• [Task]: Beginning with the opening line, set down each line of the material below exactly, stopping once the line with "v 80.704 -0.655 23.1" is done.
:: Dataset entries ::
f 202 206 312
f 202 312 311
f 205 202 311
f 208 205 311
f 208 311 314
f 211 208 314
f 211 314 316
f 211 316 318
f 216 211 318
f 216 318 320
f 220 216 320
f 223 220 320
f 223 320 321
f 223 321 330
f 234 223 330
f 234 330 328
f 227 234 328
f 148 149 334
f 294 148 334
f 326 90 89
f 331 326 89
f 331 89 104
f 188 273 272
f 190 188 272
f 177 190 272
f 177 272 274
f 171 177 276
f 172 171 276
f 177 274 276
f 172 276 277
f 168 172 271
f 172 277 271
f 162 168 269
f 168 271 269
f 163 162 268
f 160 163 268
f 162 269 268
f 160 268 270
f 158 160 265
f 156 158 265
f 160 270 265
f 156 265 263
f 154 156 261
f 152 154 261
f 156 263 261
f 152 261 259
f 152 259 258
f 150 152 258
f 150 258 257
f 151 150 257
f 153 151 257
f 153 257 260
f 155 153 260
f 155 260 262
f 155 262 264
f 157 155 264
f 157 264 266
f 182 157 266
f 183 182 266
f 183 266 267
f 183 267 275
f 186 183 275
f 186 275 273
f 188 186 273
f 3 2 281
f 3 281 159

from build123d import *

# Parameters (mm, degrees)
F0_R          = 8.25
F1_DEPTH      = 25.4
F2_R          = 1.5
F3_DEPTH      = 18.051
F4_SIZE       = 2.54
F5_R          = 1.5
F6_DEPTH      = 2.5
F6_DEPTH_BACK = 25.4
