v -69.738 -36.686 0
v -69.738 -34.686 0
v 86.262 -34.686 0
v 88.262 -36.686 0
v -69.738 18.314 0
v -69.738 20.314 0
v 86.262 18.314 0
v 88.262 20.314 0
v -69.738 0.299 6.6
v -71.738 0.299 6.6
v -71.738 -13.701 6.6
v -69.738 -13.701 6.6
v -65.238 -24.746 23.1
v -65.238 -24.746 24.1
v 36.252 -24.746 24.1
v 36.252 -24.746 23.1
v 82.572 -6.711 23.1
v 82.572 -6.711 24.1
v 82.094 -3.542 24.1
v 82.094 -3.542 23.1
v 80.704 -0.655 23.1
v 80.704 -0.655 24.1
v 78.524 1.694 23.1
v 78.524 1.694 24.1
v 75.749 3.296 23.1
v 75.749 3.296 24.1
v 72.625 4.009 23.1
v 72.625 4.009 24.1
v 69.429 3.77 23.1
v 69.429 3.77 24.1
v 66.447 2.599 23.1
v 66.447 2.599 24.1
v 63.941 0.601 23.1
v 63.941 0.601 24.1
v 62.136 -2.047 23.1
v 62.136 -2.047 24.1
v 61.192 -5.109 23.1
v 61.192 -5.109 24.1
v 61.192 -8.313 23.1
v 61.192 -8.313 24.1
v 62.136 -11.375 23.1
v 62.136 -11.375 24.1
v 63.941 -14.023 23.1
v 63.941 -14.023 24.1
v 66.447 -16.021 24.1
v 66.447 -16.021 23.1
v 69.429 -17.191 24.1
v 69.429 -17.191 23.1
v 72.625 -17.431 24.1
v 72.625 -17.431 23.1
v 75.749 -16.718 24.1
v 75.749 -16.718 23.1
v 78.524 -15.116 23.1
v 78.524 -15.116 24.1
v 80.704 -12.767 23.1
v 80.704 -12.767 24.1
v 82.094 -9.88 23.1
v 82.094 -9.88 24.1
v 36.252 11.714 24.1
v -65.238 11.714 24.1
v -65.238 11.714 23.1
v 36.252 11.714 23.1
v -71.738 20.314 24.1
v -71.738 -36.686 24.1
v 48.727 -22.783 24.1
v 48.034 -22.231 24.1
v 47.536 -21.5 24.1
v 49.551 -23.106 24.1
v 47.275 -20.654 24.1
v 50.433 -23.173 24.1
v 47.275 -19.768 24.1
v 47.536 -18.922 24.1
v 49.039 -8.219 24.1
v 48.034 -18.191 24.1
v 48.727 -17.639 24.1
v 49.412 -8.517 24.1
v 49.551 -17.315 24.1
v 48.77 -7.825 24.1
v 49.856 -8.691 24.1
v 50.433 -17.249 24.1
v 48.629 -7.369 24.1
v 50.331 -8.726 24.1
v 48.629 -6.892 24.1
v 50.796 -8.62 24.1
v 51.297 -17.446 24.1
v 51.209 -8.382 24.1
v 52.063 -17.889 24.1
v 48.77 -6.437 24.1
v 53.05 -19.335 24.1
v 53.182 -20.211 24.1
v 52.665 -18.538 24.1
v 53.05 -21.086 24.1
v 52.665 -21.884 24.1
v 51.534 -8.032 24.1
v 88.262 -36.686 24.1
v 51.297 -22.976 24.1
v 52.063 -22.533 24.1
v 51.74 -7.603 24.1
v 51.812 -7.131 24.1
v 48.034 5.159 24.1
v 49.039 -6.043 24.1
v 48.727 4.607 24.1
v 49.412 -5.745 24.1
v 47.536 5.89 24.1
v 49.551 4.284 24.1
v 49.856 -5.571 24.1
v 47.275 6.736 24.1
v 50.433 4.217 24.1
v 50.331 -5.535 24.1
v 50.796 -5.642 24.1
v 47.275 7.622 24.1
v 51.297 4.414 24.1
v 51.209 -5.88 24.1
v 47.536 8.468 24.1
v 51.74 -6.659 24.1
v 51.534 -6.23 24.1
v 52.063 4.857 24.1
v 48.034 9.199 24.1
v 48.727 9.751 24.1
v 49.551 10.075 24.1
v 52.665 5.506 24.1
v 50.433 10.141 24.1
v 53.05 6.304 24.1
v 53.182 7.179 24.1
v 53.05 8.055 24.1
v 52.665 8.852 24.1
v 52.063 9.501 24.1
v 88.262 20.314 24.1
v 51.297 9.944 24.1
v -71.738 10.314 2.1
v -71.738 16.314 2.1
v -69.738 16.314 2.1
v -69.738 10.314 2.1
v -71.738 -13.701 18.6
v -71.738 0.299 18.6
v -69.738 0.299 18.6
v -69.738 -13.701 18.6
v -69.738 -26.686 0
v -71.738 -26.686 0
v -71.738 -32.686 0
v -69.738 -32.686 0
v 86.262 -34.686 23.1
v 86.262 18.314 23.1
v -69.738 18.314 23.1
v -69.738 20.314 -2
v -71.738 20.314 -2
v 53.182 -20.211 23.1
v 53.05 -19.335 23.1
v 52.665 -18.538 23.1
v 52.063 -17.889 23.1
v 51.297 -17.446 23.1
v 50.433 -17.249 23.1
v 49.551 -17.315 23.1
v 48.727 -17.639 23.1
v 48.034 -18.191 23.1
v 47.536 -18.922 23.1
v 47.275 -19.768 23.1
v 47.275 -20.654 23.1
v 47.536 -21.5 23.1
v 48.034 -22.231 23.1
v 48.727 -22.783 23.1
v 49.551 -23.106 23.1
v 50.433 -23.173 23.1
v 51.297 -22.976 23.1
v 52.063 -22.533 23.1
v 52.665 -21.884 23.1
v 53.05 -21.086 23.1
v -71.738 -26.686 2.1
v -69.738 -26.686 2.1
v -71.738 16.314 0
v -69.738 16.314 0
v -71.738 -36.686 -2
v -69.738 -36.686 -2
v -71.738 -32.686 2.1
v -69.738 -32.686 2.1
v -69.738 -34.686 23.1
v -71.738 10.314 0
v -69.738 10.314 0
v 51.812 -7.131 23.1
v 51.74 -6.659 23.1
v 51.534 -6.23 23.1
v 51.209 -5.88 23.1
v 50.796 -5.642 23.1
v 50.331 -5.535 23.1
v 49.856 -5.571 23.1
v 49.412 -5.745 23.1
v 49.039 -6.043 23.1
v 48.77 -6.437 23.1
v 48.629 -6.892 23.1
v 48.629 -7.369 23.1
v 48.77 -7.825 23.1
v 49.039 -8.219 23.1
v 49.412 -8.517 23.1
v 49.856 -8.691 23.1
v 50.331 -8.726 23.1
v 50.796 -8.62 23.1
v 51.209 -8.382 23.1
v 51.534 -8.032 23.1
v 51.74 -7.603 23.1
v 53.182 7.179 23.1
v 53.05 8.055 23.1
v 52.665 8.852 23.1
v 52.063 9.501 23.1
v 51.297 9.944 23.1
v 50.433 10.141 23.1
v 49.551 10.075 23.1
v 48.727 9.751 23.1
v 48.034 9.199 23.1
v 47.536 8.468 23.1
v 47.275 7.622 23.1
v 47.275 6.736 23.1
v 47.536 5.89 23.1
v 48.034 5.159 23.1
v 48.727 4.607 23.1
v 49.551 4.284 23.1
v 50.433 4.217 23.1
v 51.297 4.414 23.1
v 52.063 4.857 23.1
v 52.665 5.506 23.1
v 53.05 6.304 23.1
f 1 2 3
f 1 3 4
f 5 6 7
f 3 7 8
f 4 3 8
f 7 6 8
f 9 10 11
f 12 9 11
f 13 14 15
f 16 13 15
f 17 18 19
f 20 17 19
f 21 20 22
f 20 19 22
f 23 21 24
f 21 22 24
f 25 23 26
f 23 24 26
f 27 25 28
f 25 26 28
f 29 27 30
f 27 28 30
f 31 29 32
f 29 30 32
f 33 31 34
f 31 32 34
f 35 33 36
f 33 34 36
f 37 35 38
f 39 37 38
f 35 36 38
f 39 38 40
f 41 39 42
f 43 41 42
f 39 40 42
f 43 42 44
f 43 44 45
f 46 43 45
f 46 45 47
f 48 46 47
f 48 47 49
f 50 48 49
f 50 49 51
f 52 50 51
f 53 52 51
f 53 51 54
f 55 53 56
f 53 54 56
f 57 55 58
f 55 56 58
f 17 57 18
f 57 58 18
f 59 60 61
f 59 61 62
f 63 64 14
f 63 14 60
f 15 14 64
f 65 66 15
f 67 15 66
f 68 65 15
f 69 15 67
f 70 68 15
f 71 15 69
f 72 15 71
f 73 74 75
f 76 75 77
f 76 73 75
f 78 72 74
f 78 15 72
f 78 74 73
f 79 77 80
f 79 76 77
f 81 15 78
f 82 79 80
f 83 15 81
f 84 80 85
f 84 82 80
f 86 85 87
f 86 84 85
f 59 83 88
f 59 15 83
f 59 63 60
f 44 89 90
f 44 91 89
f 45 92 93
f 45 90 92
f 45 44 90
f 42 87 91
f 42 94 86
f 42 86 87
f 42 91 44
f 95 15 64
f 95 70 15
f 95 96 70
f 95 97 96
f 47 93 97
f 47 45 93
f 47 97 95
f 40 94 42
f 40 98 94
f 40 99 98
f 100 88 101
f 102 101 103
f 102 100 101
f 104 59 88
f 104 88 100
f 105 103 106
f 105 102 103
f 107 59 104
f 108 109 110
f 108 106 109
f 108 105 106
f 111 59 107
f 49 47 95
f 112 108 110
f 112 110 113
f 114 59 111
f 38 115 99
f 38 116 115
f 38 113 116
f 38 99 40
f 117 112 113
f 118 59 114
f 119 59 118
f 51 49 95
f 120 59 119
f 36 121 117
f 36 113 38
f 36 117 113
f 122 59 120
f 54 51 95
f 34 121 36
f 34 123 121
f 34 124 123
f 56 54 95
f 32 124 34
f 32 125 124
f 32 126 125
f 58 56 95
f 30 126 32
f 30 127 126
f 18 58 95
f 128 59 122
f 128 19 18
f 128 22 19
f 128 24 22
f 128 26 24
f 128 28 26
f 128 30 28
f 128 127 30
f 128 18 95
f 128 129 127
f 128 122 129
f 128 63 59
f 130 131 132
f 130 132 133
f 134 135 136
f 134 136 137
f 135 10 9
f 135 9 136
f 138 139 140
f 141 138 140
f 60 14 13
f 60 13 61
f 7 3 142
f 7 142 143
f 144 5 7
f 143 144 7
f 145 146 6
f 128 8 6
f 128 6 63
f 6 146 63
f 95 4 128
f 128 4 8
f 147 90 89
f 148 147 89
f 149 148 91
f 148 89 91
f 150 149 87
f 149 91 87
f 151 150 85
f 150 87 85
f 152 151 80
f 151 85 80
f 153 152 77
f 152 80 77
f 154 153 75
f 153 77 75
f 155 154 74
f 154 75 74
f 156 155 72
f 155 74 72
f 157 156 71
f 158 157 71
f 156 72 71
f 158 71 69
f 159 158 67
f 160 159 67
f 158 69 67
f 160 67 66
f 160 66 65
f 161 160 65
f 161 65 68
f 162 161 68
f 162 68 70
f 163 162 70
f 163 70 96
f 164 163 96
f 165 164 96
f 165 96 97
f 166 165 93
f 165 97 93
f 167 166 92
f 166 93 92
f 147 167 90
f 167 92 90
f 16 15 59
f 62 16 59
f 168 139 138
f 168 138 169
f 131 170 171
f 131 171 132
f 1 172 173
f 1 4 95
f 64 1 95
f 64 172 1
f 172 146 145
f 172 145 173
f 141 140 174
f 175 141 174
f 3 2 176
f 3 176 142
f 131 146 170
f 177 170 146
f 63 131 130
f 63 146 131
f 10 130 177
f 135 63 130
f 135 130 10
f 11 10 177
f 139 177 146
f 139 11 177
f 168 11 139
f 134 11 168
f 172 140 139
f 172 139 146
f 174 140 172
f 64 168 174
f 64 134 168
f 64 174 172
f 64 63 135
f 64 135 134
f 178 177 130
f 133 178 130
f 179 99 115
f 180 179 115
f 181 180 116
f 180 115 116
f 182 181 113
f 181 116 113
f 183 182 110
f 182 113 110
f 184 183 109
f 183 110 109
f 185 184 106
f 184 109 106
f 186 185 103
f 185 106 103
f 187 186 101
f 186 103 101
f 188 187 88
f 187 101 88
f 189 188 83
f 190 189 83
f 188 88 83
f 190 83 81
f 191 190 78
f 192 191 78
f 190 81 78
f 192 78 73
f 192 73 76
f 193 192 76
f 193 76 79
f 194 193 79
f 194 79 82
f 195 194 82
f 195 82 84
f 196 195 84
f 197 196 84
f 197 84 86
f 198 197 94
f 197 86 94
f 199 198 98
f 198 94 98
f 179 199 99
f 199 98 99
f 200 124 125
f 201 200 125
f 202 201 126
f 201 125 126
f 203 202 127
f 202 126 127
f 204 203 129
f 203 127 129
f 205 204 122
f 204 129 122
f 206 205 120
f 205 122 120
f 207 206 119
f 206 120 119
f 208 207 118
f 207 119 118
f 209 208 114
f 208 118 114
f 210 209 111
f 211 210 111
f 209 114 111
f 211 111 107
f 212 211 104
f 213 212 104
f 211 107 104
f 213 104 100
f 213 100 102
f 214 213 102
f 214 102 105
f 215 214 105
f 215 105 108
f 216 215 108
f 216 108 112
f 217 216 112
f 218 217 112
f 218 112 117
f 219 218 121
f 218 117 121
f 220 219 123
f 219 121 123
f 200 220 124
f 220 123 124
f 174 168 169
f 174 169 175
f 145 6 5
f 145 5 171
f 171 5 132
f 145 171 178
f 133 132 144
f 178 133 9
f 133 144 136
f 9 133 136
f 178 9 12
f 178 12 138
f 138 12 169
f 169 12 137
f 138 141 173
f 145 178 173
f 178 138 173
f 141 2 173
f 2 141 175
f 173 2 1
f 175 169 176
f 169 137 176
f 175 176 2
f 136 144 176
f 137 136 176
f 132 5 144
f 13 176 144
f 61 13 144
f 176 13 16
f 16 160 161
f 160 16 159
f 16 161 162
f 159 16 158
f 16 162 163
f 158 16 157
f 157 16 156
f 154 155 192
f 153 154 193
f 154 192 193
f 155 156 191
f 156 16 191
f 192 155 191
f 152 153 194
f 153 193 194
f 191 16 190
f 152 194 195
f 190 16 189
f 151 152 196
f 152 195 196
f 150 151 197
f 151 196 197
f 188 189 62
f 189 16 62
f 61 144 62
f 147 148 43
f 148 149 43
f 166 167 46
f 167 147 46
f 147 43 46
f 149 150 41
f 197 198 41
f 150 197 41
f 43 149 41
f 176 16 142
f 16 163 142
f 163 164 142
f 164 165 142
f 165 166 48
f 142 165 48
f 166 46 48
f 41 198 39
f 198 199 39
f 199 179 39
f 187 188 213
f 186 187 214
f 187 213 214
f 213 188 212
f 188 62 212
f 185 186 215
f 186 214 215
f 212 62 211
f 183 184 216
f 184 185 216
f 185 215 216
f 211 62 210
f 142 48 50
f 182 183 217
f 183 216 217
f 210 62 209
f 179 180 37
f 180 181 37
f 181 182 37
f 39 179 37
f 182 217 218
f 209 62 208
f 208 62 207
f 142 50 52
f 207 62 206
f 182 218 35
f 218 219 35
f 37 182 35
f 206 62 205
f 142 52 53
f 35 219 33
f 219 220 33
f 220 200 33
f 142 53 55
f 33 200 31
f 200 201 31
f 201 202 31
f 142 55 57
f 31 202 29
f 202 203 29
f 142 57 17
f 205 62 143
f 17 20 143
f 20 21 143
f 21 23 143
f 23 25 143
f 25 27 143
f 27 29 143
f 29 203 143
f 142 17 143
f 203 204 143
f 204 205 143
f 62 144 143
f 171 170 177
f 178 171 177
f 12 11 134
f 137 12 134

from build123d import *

# Parameters (mm, degrees)
SKETCH_W        = 160
SKETCH_H        = 57
SKETCH_W_2      = 156
SKETCH_H_2      = 53
PAD_DEPTH       = 23.1
SKETCH001_W     = 160
SKETCH001_H     = 57
PAD001_DEPTH    = 1
SKETCH002_R     = 10.75
SKETCH002_R_2   = 2.97
SKETCH002_R_3   = 1.6
SKETCH002_W     = 101.49
SKETCH002_H     = 36.46
POCKET_DEPTH    = 1
SKETCH003_W     = 6
SKETCH003_H     = 2.1
SKETCH003_W_2   = 14
SKETCH003_H_2   = 12
POCKET001_DEPTH = 5
SKETCH005_W     = 57
SKETCH005_H     = 2
PAD002_DEPTH    = 2


with BuildPart() as part:
    # Sketch → Pad (new body)
    with BuildSketch(Plane.XY):
        with Locations((8.261541, -8.185916)):
            Rectangle(SKETCH_W, SKETCH_H)
        with Locations((8.261541, -8.185916)):
            Rectangle(SKETCH_W_2, SKETCH_H_2, mode=Mode.SUBTRACT)
    extrude(amount=PAD_DEPTH)

    # Sketch001 → Pad001 (new body)
    with BuildSketch(Plane.XY.offset(23.1)):
        with Locations((8.261541, -8.185916)):
            Rectangle(SKETCH001_W, SKETCH001_H)
    extrude(amount=PAD001_DEPTH)

    # Sketch002 → Pocket (cut)
    with BuildSketch(Plane.XY.offset(24.1)):
        with Locations((71.821541, -6.710916)):
            Circle(SKETCH002_R)
        with Locations((50.211541, -20.210916)):
            Circle(SKETCH002_R_2)
        with Locations((50.211541, 7.179084)):
            Circle(SKETCH002_R_2)
        with Locations((50.211541, -7.130916)):
            Circle(SKETCH002_R_3)
        with Locations((-14.493459, -6.515916)):
            Rectangle(SKETCH002_W, SKETCH002_H)
    extrude(amount=-POCKET_DEPTH, mode=Mode.SUBTRACT)

    # Sketch003 → Pocket001 (cut)
    with BuildSketch(Plane(origin=(-71.738459, 0, 0), x_dir=(0, -1, 0), z_dir=(-1, 0, 0))):
        with Locations((-13.314084, 1.05)):
            Rectangle(SKETCH003_W, SKETCH003_H)
        with Locations((6.700916, 12.6)):
            Rectangle(SKETCH003_W_2, SKETCH003_H_2)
:::
• [Exercise solution]:
f 202 206 312
f 202 312 311
f 205 202 311
f 208 205 311
f 208 311 314
f 211 208 314
f 211 314 316
f 211 316 318
f 216 211 318
f 216 318 320
f 220 216 320
f 223 220 320
f 223 320 321
f 223 321 330
f 234 223 330
f 234 330 328
f 227 234 328
f 148 149 334
f 294 148 334
f 326 90 89
f 331 326 89
f 331 89 104
f 188 273 272
f 190 188 272
f 177 190 272
f 177 272 274
f 171 177 276
f 172 171 276
f 177 274 276
f 172 276 277
f 168 172 271
f 172 277 271
f 162 168 269
f 168 271 269
f 163 162 268
f 160 163 268
f 162 269 268
f 160 268 270
f 158 160 265
f 156 158 265
f 160 270 265
f 156 265 263
f 154 156 261
f 152 154 261
f 156 263 261
f 152 261 259
f 152 259 258
f 150 152 258
f 150 258 257
f 151 150 257
f 153 151 257
f 153 257 260
f 155 153 260
f 155 260 262
f 155 262 264
f 157 155 264
f 157 264 266
f 182 157 266
f 183 182 266
f 183 266 267
f 183 267 275
f 186 183 275
f 186 275 273
f 188 186 273
f 3 2 281
f 3 281 159

from build123d import *

# Parameters (mm, degrees)
F0_R          = 8.25
F1_DEPTH      = 25.4
F2_R          = 1.5
F3_DEPTH      = 18.051
F4_SIZE       = 2.54
F5_R          = 1.5
F6_DEPTH      = 2.5
F6_DEPTH_BACK = 25.4
v -69.738 -36.686 0
v -69.738 -34.686 0
v 86.262 -34.686 0
v 88.262 -36.686 0
v -69.738 18.314 0
v -69.738 20.314 0
v 86.262 18.314 0
v 88.262 20.314 0
v -69.738 0.299 6.6
v -71.738 0.299 6.6
v -71.738 -13.701 6.6
v -69.738 -13.701 6.6
v -65.238 -24.746 23.1
v -65.238 -24.746 24.1
v 36.252 -24.746 24.1
v 36.252 -24.746 23.1
v 82.572 -6.711 23.1
v 82.572 -6.711 24.1
v 82.094 -3.542 24.1
v 82.094 -3.542 23.1
v 80.704 -0.655 23.1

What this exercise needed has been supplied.